** DATA FOR REVIEW **
▶
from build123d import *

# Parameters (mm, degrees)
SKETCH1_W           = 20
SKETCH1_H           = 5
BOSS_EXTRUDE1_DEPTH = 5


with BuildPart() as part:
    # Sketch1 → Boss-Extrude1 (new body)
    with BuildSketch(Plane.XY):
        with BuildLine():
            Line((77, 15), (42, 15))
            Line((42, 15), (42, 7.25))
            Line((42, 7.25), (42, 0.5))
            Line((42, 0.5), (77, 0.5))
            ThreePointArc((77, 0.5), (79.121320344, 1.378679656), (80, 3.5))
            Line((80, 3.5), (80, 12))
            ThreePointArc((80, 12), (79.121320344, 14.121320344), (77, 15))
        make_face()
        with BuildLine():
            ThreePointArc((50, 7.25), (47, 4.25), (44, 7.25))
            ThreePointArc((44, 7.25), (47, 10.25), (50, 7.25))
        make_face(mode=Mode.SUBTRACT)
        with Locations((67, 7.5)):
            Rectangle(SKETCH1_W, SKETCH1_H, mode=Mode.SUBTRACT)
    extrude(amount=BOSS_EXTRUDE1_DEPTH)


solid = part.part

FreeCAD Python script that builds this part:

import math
import FreeCAD as App
import Part
import Sketcher

V = App.Vector


def add_polygon(sketch, points):
    """Adds a closed chain of lines whose ends are joined by coincident constraints."""
    first, n = sketch.GeometryCount, len(points)
    for a, b in zip(points, points[1:] + points[:1]):
        sketch.addGeometry(Part.LineSegment(App.Vector(*a, 0), App.Vector(*b, 0)), False)
    for i in range(n):
        sketch.addConstraint(Sketcher.Constraint("Coincident", first + i, 2, first + (i + 1) % n, 1))

doc = App.newDocument("Part")
params = doc.addObject("Spreadsheet::Sheet", "Params")
for row, (alias, value) in enumerate([
    ("sketch1_diameter", "6 mm"),
    ("sketch1_width", "35 mm"),
    ("sketch1_width2", "20 mm"),
    ("sketch1_height", "5 mm"),
    ("sketch1_height2", "14.5 mm"),
    ("pad1_length", "5 mm"),
], start=1):
    params.set(f"A{row}", alias)
    params.set(f"B{row}", "=" + value)
    params.setAlias(f"B{row}", alias)

body = doc.addObject("PartDesign::Body", "Body")

# Sketch on XY plane
sketch1 = body.newObject("Sketcher::SketchObject", "Sketch")
sketch1.AttachmentSupport = (doc.getObject("XY_Plane"), [""])
sketch1.MapMode = "FlatFace"
sketch1.addGeometry(Part.LineSegment(V(77, 15, 0), V(42, 15, 0)), False)  # 0
sketch1.addGeometry(Part.LineSegment(V(42, 15, 0), V(42, 0.5, 0)), False)  # 1
sketch1.addGeometry(Part.LineSegment(V(42, 0.5, 0), V(77, 0.5, 0)), False)  # 2
sketch1.addGeometry(Part.ArcOfCircle(Part.Circle(V(77, 3.5, 0), V(0, 0, 1), 3), math.radians(-90), math.radians(0)), False)  # 3
sketch1.addGeometry(Part.LineSegment(V(80, 3.5, 0), V(80, 12, 0)), False)  # 4
sketch1.addGeometry(Part.ArcOfCircle(Part.Circle(V(77, 12, 0), V(0, 0, 1), 3), math.radians(0), math.radians(90)), False)  # 5
sketch1.addGeometry(Part.Circle(V(47, 7.25, 0), V(0, 0, 1), 3), False)  # 6
add_polygon(sketch1, [(77, 5), (57, 5), (57, 10), (77, 10)])  # lines 7-10
sketch1.addConstraint([
    Sketcher.Constraint("Coincident", 0, 2, 1, 1),
    Sketcher.Constraint("Coincident", 1, 2, 2, 1),
    Sketcher.Constraint("Tangent", 2, 2, 3, 1),
    Sketcher.Constraint("Tangent", 3, 2, 4, 1),
    Sketcher.Constraint("Tangent", 4, 2, 5, 1),
    Sketcher.Constraint("Tangent", 5, 2, 0, 1),
    Sketcher.Constraint("Horizontal", 0),
    Sketcher.Constraint("Vertical", 1),
    Sketcher.Constraint("Horizontal", 2),
    Sketcher.Constraint("Vertical", 4),
    Sketcher.Constraint("Horizontal", 7),
    Sketcher.Constraint("Vertical", 8),
    Sketcher.Constraint("Horizontal", 9),
    Sketcher.Constraint("Vertical", 10),
    Sketcher.Constraint("Equal", 3, 5),
    Sketcher.Constraint("Equal", 5, 6),
    Sketcher.Constraint("Vertical", 5, 2, 9, 2),
    Sketcher.Constraint("Diameter", 6, 6.0),
    Sketcher.Constraint("DistanceX", 0, 2, 0, 1, 35.0),
    Sketcher.Constraint("DistanceX", 7, 2, 7, 1, 20.0),
    Sketcher.Constraint("DistanceY", 8, 1, 8, 2, 5.0),
    Sketcher.Constraint("DistanceY", 1, 2, 1, 1, 14.5),
    Sketcher.Constraint("DistanceX", -1, 1, 3, 3, 77.0),
    Sketcher.Constraint("DistanceY", -1, 1, 5, 3, 12.0),
    Sketcher.Constraint("DistanceX", -1, 1, 6, 3, 47.0),
    Sketcher.Constraint("DistanceY", -1, 1, 7, 2, 5.0),
    Sketcher.Constraint("DistanceY", -1, 1, 6, 3, 7.25),
])
sketch1.setExpression("Constraints[21]", "Params.sketch1_diameter")
sketch1.setExpression("Constraints[22]", "Params.sketch1_width")
sketch1.setExpression("Constraints[23]", "Params.sketch1_width2")
sketch1.setExpression("Constraints[24]", "Params.sketch1_height")
sketch1.setExpression("Constraints[25]", "Params.sketch1_height2")
pad1 = body.newObject("PartDesign::Pad", "Pad")
pad1.Profile = sketch1
pad1.setExpression("Length", "Params.pad1_length")

doc.recompute()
◀
** EXERCISE INSTRUCTIONS **
Each entry above should be repeated exactly, with no line left out.

** RESPONSE **
from build123d import *

# Parameters (mm, degrees)
SKETCH1_W           = 20
SKETCH1_H           = 5
BOSS_EXTRUDE1_DEPTH = 5


with BuildPart() as part:
    # Sketch1 → Boss-Extrude1 (new body)
    with BuildSketch(Plane.XY):
        with BuildLine():
            Line((77, 15), (42, 15))
            Line((42, 15), (42, 7.25))
            Line((42, 7.25), (42, 0.5))
            Line((42, 0.5), (77, 0.5))
            ThreePointArc((77, 0.5), (79.121320344, 1.378679656), (80, 3.5))
            Line((80, 3.5), (80, 12))
            ThreePointArc((80, 12), (79.121320344, 14.121320344), (77, 15))
        make_face()
        with BuildLine():
            ThreePointArc((50, 7.25), (47, 4.25), (44, 7.25))
            ThreePointArc((44, 7.25), (47, 10.25), (50, 7.25))
        make_face(mode=Mode.SUBTRACT)
        with Locations((67, 7.5)):
            Rectangle(SKETCH1_W, SKETCH1_H, mode=Mode.SUBTRACT)
    extrude(amount=BOSS_EXTRUDE1_DEPTH)


solid = part.part

FreeCAD Python script that builds this part:

import math
import FreeCAD as App
import Part
import Sketcher

V = App.Vector


def add_polygon(sketch, points):
    """Adds a closed chain of lines whose ends are joined by coincident constraints."""
    first, n = sketch.GeometryCount, len(points)
    for a, b in zip(points, points[1:] + points[:1]):
        sketch.addGeometry(Part.LineSegment(App.Vector(*a, 0), App.Vector(*b, 0)), False)
    for i in range(n):
        sketch.addConstraint(Sketcher.Constraint("Coincident", first + i, 2, first + (i + 1) % n, 1))

doc = App.newDocument("Part")
params = doc.addObject("Spreadsheet::Sheet", "Params")
for row, (alias, value) in enumerate([
    ("sketch1_diameter", "6 mm"),
    ("sketch1_width", "35 mm"),
    ("sketch1_width2", "20 mm"),
    ("sketch1_height", "5 mm"),
    ("sketch1_height2", "14.5 mm"),
    ("pad1_length", "5 mm"),
], start=1):
    params.set(f"A{row}", alias)
    params.set(f"B{row}", "=" + value)
    params.setAlias(f"B{row}", alias)

body = doc.addObject("PartDesign::Body", "Body")

# Sketch on XY plane
sketch1 = body.newObject("Sketcher::SketchObject", "Sketch")
sketch1.AttachmentSupport = (doc.getObject("XY_Plane"), [""])
sketch1.MapMode = "FlatFace"
sketch1.addGeometry(Part.LineSegment(V(77, 15, 0), V(42, 15, 0)), False)  # 0
sketch1.addGeometry(Part.LineSegment(V(42, 15, 0), V(42, 0.5, 0)), False)  # 1
sketch1.addGeometry(Part.LineSegment(V(42, 0.5, 0), V(77, 0.5, 0)), False)  # 2
sketch1.addGeometry(Part.ArcOfCircle(Part.Circle(V(77, 3.5, 0), V(0, 0, 1), 3), math.radians(-90), math.radians(0)), False)  # 3
sketch1.addGeometry(Part.LineSegment(V(80, 3.5, 0), V(80, 12, 0)), False)  # 4
sketch1.addGeometry(Part.ArcOfCircle(Part.Circle(V(77, 12, 0), V(0, 0, 1), 3), math.radians(0), math.radians(90)), False)  # 5
sketch1.addGeometry(Part.Circle(V(47, 7.25, 0), V(0, 0, 1), 3), False)  # 6
add_polygon(sketch1, [(77, 5), (57, 5), (57, 10), (77, 10)])  # lines 7-10
sketch1.addConstraint([
    Sketcher.Constraint("Coincident", 0, 2, 1, 1),
    Sketcher.Constraint("Coincident", 1, 2, 2, 1),
    Sketcher.Constraint("Tangent", 2, 2, 3, 1),
    Sketcher.Constraint("Tangent", 3, 2, 4, 1),
    Sketcher.Constraint("Tangent", 4, 2, 5, 1),
    Sketcher.Constraint("Tangent", 5, 2, 0, 1),
    Sketcher.Constraint("Horizontal", 0),
    Sketcher.Constraint("Vertical", 1),
    Sketcher.Constraint("Horizontal", 2),
    Sketcher.Constraint("Vertical", 4),
    Sketcher.Constraint("Horizontal", 7),
    Sketcher.Constraint("Vertical", 8),
    Sketcher.Constraint("Horizontal", 9),
    Sketcher.Constraint("Vertical", 10),
    Sketcher.Constraint("Equal", 3, 5),
    Sketcher.Constraint("Equal", 5, 6),
    Sketcher.Constraint("Vertical", 5, 2, 9, 2),
    Sketcher.Constraint("Diameter", 6, 6.0),
    Sketcher.Constraint("DistanceX", 0, 2, 0, 1, 35.0),
    Sketcher.Constraint("DistanceX", 7, 2, 7, 1, 20.0),
    Sketcher.Constraint("DistanceY", 8, 1, 8, 2, 5.0),
    Sketcher.Constraint("DistanceY", 1, 2, 1, 1, 14.5),
    Sketcher.Constraint("DistanceX", -1, 1, 3, 3, 77.0),
    Sketcher.Constraint("DistanceY", -1, 1, 5, 3, 12.0),
    Sketcher.Constraint("DistanceX", -1, 1, 6, 3, 47.0),
    Sketcher.Constraint("DistanceY", -1, 1, 7, 2, 5.0),
    Sketcher.Constraint("DistanceY", -1, 1, 6, 3, 7.25),
])
sketch1.setExpression("Constraints[21]", "Params.sketch1_diameter")
sketch1.setExpression("Constraints[22]", "Params.sketch1_width")
sketch1.setExpression("Constraints[23]", "Params.sketch1_width2")
sketch1.setExpression("Constraints[24]", "Params.sketch1_height")
sketch1.setExpression("Constraints[25]", "Params.sketch1_height2")
pad1 = body.newObject("PartDesign::Pad", "Pad")
pad1.Profile = sketch1
pad1.setExpression("Length", "Params.pad1_length")

doc.recompute()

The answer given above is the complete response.